Welcome back to Nightmare on VPN street with TMG and SSTP – Part 4 of 4. If you’ve been following along, we’re going to use the client to determine the SHA256 value since this isn’t “visible” within the certificate itself. Then we’ll tackle the subsequent TMG configuration and the testing.
If you want to go back to Part 3, Part 2, or Part 1, click respectively.
Here goes:
We should be at the point of being able to connect (and then immediately disconnect unfortunately) with SSTP. The configuration of my client was straight forward with only a few minor tweaks.

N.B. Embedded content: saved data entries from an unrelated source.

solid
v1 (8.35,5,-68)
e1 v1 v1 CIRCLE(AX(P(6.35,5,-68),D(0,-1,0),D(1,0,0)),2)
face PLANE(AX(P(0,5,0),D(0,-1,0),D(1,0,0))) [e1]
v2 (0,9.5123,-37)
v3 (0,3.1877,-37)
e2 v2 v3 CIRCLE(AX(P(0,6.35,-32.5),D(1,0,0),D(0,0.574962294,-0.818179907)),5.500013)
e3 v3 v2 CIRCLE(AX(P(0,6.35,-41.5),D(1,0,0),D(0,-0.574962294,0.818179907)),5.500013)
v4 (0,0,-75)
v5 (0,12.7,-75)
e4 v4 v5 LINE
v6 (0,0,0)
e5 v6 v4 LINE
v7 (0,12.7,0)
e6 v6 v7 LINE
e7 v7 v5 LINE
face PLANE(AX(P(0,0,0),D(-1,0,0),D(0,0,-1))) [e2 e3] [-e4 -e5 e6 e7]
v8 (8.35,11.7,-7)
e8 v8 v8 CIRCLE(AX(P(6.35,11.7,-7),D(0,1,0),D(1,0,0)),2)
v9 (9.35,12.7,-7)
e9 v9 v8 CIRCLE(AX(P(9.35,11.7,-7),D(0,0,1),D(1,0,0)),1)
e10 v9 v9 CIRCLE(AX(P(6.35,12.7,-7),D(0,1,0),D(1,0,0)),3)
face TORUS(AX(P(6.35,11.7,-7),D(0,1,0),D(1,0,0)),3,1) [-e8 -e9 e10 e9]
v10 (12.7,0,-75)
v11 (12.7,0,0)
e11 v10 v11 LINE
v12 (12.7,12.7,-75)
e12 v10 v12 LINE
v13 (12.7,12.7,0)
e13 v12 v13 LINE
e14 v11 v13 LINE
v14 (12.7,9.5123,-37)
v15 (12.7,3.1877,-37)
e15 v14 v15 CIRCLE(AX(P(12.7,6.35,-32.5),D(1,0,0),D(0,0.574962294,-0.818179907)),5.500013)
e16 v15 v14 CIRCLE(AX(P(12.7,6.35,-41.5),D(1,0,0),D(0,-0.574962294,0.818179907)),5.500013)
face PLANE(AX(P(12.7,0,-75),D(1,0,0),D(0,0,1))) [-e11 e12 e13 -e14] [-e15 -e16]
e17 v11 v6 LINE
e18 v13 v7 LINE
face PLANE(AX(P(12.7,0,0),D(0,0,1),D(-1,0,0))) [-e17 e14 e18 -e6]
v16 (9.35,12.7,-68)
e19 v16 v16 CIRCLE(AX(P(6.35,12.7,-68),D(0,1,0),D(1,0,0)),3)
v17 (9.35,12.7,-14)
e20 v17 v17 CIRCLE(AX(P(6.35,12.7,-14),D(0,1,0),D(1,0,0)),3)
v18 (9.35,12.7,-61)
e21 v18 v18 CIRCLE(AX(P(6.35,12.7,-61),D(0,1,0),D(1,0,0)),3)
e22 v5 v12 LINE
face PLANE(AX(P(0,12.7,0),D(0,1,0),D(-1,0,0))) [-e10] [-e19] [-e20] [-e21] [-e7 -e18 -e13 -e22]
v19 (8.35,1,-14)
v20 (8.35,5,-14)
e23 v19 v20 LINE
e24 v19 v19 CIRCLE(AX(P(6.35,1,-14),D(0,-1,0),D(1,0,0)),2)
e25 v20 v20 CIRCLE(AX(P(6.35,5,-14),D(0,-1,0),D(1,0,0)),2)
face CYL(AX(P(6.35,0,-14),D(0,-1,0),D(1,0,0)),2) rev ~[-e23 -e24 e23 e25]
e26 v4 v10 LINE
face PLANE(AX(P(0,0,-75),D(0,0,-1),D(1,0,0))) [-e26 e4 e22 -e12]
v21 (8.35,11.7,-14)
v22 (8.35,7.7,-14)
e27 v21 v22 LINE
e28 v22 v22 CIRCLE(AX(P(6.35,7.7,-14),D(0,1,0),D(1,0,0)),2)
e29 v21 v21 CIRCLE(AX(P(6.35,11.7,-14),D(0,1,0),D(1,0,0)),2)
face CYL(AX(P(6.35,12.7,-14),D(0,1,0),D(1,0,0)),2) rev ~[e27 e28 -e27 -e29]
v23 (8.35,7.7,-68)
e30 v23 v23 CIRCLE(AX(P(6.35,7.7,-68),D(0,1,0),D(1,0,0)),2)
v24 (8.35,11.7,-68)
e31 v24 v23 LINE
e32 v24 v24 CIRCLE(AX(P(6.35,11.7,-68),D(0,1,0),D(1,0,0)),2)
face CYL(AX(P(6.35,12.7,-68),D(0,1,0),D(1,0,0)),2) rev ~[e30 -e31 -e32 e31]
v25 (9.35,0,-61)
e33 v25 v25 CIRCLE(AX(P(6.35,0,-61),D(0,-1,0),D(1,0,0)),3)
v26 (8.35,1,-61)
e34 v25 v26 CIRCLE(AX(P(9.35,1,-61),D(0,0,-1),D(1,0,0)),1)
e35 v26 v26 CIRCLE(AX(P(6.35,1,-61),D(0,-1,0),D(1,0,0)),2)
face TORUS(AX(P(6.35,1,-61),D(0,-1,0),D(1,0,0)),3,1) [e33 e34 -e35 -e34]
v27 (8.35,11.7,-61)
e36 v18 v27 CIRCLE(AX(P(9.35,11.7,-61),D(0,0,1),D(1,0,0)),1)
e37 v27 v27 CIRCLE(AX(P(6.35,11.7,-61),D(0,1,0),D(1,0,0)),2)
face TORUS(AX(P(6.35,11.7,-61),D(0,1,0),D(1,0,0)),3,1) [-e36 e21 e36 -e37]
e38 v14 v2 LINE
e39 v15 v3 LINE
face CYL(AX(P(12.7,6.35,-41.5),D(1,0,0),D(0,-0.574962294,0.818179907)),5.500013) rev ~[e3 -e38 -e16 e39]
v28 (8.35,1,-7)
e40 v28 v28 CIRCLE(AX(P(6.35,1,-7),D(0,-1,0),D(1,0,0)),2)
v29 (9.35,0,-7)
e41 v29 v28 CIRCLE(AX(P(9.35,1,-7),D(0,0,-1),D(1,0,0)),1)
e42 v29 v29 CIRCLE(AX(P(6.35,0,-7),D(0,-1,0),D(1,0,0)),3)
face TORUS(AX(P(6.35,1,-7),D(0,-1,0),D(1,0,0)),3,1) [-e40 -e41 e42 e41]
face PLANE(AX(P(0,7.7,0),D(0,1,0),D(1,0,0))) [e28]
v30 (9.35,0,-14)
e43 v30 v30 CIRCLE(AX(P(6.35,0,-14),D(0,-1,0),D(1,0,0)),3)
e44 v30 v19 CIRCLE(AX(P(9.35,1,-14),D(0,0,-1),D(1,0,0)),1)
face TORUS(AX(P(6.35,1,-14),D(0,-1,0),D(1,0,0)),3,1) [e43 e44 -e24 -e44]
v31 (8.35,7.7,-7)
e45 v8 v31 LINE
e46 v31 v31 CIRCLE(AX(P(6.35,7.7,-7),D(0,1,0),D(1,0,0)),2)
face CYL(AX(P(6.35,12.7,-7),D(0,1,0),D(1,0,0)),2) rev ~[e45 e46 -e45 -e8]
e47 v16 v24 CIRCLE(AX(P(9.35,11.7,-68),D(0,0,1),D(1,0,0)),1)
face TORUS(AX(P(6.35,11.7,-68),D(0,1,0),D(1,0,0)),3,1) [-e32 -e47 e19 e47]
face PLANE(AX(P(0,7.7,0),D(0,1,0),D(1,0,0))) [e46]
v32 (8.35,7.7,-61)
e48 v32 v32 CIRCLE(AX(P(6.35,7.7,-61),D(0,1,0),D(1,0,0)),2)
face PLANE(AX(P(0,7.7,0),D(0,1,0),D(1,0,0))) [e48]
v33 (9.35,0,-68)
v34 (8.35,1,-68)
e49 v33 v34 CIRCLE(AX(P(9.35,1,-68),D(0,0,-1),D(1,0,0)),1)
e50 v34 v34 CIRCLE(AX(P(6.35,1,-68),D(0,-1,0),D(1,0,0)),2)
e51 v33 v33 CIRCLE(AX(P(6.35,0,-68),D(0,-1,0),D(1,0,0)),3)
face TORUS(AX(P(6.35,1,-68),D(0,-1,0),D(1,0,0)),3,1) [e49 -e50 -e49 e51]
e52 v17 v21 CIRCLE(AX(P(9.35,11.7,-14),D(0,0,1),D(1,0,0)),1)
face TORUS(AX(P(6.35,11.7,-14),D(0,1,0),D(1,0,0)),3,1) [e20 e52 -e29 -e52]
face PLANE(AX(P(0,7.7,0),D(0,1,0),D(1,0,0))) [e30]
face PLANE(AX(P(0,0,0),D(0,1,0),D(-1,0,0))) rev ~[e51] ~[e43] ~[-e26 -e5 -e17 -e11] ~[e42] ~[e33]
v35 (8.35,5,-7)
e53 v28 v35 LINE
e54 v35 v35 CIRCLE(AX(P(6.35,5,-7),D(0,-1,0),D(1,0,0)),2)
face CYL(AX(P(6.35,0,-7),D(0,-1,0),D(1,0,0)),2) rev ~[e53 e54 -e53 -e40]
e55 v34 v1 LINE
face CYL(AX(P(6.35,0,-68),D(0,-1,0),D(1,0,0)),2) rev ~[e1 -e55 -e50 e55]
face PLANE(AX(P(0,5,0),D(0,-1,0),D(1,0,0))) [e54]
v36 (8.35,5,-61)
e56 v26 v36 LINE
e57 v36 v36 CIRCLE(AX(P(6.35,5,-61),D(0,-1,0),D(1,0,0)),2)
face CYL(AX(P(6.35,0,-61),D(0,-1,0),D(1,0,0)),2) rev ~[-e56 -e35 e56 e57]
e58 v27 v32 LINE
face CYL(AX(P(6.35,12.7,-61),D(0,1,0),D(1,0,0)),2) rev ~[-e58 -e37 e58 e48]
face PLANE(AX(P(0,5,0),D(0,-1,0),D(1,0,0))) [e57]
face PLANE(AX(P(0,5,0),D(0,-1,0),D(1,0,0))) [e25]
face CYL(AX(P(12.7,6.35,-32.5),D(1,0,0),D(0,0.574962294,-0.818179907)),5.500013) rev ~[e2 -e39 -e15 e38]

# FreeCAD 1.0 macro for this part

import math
import FreeCAD as App
import Part
import Sketcher
from FreeCAD import Vector


def edges_at(feature, points):
    """Names of the edges that pass closest to the given points."""
    edges = feature.Shape.Edges
    near = lambda p: min(range(len(edges)), key=lambda i: edges[i].distToShape(Part.Vertex(*p))[0])
    return sorted({f"Edge{near(p) + 1}" for p in points})

doc = App.newDocument("Part")
params = doc.addObject("Spreadsheet::Sheet", "Params")
for row, (alias, value) in enumerate([
    ("sketch1_height", "75 mm"),
    ("sketch1_width", "12.7 mm"),
    ("pad1_length", "12.7 mm"),
    ("sketch2_radius", "5.5 mm"),
    ("sketch3_diameter", "4 mm"),
    ("pocket2_length", "5 mm"),
    ("sketch4_diameter", "4 mm"),
    ("pocket3_length", "5 mm"),
    ("fillet_radius", "1 mm"),
], start=1):
    params.set(f"A{row}", alias)
    params.set(f"B{row}", "=" + value)
    params.setAlias(f"B{row}", alias)

body = doc.addObject("PartDesign::Body", "Body")

sketch1 = body.newObject("Sketcher::SketchObject", "Sketch")
sketch1.AttachmentSupport = (doc.getObject("XZ_Plane"), [""])
sketch1.MapMode = "FlatFace"
sketch1.addGeometry([
    Part.LineSegment(Vector(0, -75, 0), Vector(0, 0, 0)),
    Part.LineSegment(Vector(0, 0, 0), Vector(13, 0, 0)),
    Part.LineSegment(Vector(13, 0, 0), Vector(13, -75, 0)),
    Part.LineSegment(Vector(13, -75, 0), Vector(0, -75, 0)),
], False)
sketch1.addConstraint([
    Sketcher.Constraint("Coincident", 0, 2, 1, 1),
    Sketcher.Constraint("Coincident", 1, 2, 2, 1),
    Sketcher.Constraint("Coincident", 2, 2, 3, 1),
    Sketcher.Constraint("Coincident", 3, 2, 0, 1),
    Sketcher.Constraint("Vertical", 0),
    Sketcher.Constraint("Horizontal", 1),
    Sketcher.Constraint("Vertical", 2),
    Sketcher.Constraint("Horizontal", 3),
    Sketcher.Constraint("Coincident", 0, 2, -1, 1),
    Sketcher.Constraint("DistanceY", 0, 1, 0, 2, 75.0),
    Sketcher.Constraint("DistanceX", 1, 1, 1, 2, 12.7),
])
sketch1.setExpression("Constraints[9]", "Params.sketch1_height")
sketch1.setExpression("Constraints[10]", "Params.sketch1_width")
pad1 = body.newObject("PartDesign::Pad", "Pad")
pad1.Profile = sketch1
pad1.setExpression("Length", "Params.pad1_length")
pad1.Reversed = True

sketch2 = body.newObject("Sketcher::SketchObject", "Sketch001")
sketch2.AttachmentSupport = (doc.getObject("YZ_Plane"), [""])
sketch2.MapMode = "FlatFace"
sketch2.AttachmentOffset = App.Placement(Vector(0, 0, 12.7), App.Rotation())
sketch2.addGeometry([
    Part.ArcOfCircle(Part.Circle(Vector(6, -42, 0), Vector(0, 0, 1), 6), math.radians(125), math.radians(415)),
    Part.ArcOfCircle(Part.Circle(Vector(6, -32, 0), Vector(0, 0, 1), 6), math.radians(-55), math.radians(235)),
], False)
sketch2.addConstraint([
    Sketcher.Constraint("Coincident", 0, 1, 1, 2),
    Sketcher.Constraint("Coincident", 1, 1, 0, 2),
    Sketcher.Constraint("Equal", 0, 1),
    Sketcher.Constraint("Horizontal", 0, 1, 1, 1),
    Sketcher.Constraint("Radius", 0, 5.5),
    Sketcher.Constraint("DistanceY", 0, 1, -1, 1, 37.0),
    Sketcher.Constraint("DistanceY", 0, 3, 1, 3, 9.0),
    Sketcher.Constraint("DistanceX", -1, 1, 0, 3, 6.35),
])
sketch2.setExpression("Constraints[4]", "Params.sketch2_radius")
pocket1 = body.newObject("PartDesign::Pocket", "Pocket")
pocket1.Profile = sketch2
pocket1.Type = "ThroughAll"

sketch3 = body.newObject("Sketcher::SketchObject", "Sketch002")
sketch3.AttachmentSupport = (doc.getObject("XZ_Plane"), [""])
sketch3.MapMode = "FlatFace"
sketch3.AttachmentOffset = App.Placement(Vector(0, 0, -12.7), App.Rotation())
sketch3.addGeometry([
    Part.Circle(Vector(6.3, -14, 0), Vector(0, 0, 1), 2),
    Part.Circle(Vector(6.3, -7, 0), Vector(0, 0, 1), 2),
    Part.Circle(Vector(6.3, -68, 0), Vector(0, 0, 1), 2),
    Part.Circle(Vector(6.3, -61, 0), Vector(0, 0, 1), 2),
], False)
sketch3.addConstraint([
    Sketcher.Constraint("Equal", 0, 1),
    Sketcher.Constraint("Equal", 1, 2),
    Sketcher.Constraint("Equal", 2, 3),
    Sketcher.Constraint("Vertical", 0, 3, 1, 3),
    Sketcher.Constraint("Vertical", 1, 3, 2, 3),
    Sketcher.Constraint("Vertical", 2, 3, 3, 3),
    Sketcher.Constraint("Diameter", 0, 4.0),
    Sketcher.Constraint("DistanceY", 0, 3, -1, 1, 14.0),
    Sketcher.Constraint("DistanceY", 1, 3, -1, 1, 7.0),
    Sketcher.Constraint("DistanceY", 2, 3, -1, 1, 68.0),
    Sketcher.Constraint("DistanceY", 3, 3, -1, 1, 61.0),
    Sketcher.Constraint("DistanceX", -1, 1, 0, 3, 6.35),
])
sketch3.setExpression("Constraints[6]", "Params.sketch3_diameter")
pocket2 = body.newObject("PartDesign::Pocket", "Pocket001")
pocket2.Profile = sketch3
pocket2.setExpression("Length", "Params.pocket2_length")
pocket2.Reversed = True

sketch4 = body.newObject("Sketcher::SketchObject", "Sketch003")
sketch4.AttachmentSupport = (doc.getObject("XZ_Plane"), [""])
sketch4.MapMode = "FlatFace"
sketch4.addGeometry([
    Part.Circle(Vector(6.3, -14, 0), Vector(0, 0, 1), 2),
    Part.Circle(Vector(6.3, -7, 0), Vector(0, 0, 1), 2),
    Part.Circle(Vector(6.3, -68, 0), Vector(0, 0, 1), 2),
    Part.Circle(Vector(6.3, -61, 0), Vector(0, 0, 1), 2),
], False)
sketch4.addConstraint([
    Sketcher.Constraint("Equal", 0, 1),
    Sketcher.Constraint("Equal", 1, 2),
    Sketcher.Constraint("Equal", 2, 3),
    Sketcher.Constraint("Vertical", 0, 3, 1, 3),
    Sketcher.Constraint("Vertical", 1, 3, 2, 3),
    Sketcher.Constraint("Vertical", 2, 3, 3, 3),
    Sketcher.Constraint("Diameter", 0, 4.0),
    Sketcher.Constraint("DistanceY", 0, 3, -1, 1, 14.0),
    Sketcher.Constraint("DistanceY", 1, 3, -1, 1, 7.0),
    Sketcher.Constraint("DistanceY", 2, 3, -1, 1, 68.0),
    Sketcher.Constraint("DistanceY", 3, 3, -1, 1, 61.0),
    Sketcher.Constraint("DistanceX", -1, 1, 0, 3, 6.35),
])
sketch4.setExpression("Constraints[6]", "Params.sketch4_diameter")
pocket3 = body.newObject("PartDesign::Pocket", "Pocket002")
pocket3.Profile = sketch4
pocket3.setExpression("Length", "Params.pocket3_length")
doc.recompute()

If it was working previously, you need to change NOTHING. Oh, and before I show them to you, make sure you’ve disabled (or more accurately, ENABLED) the NoCertRevocationCheck reg key. I’ve included the config here for completeness:
- Open the Network Sharing Center control panel.
- Select “Set up a new connection or network”.
- Choose “Connect to a workplace”
- Choose Use my Internet Connection (VPN)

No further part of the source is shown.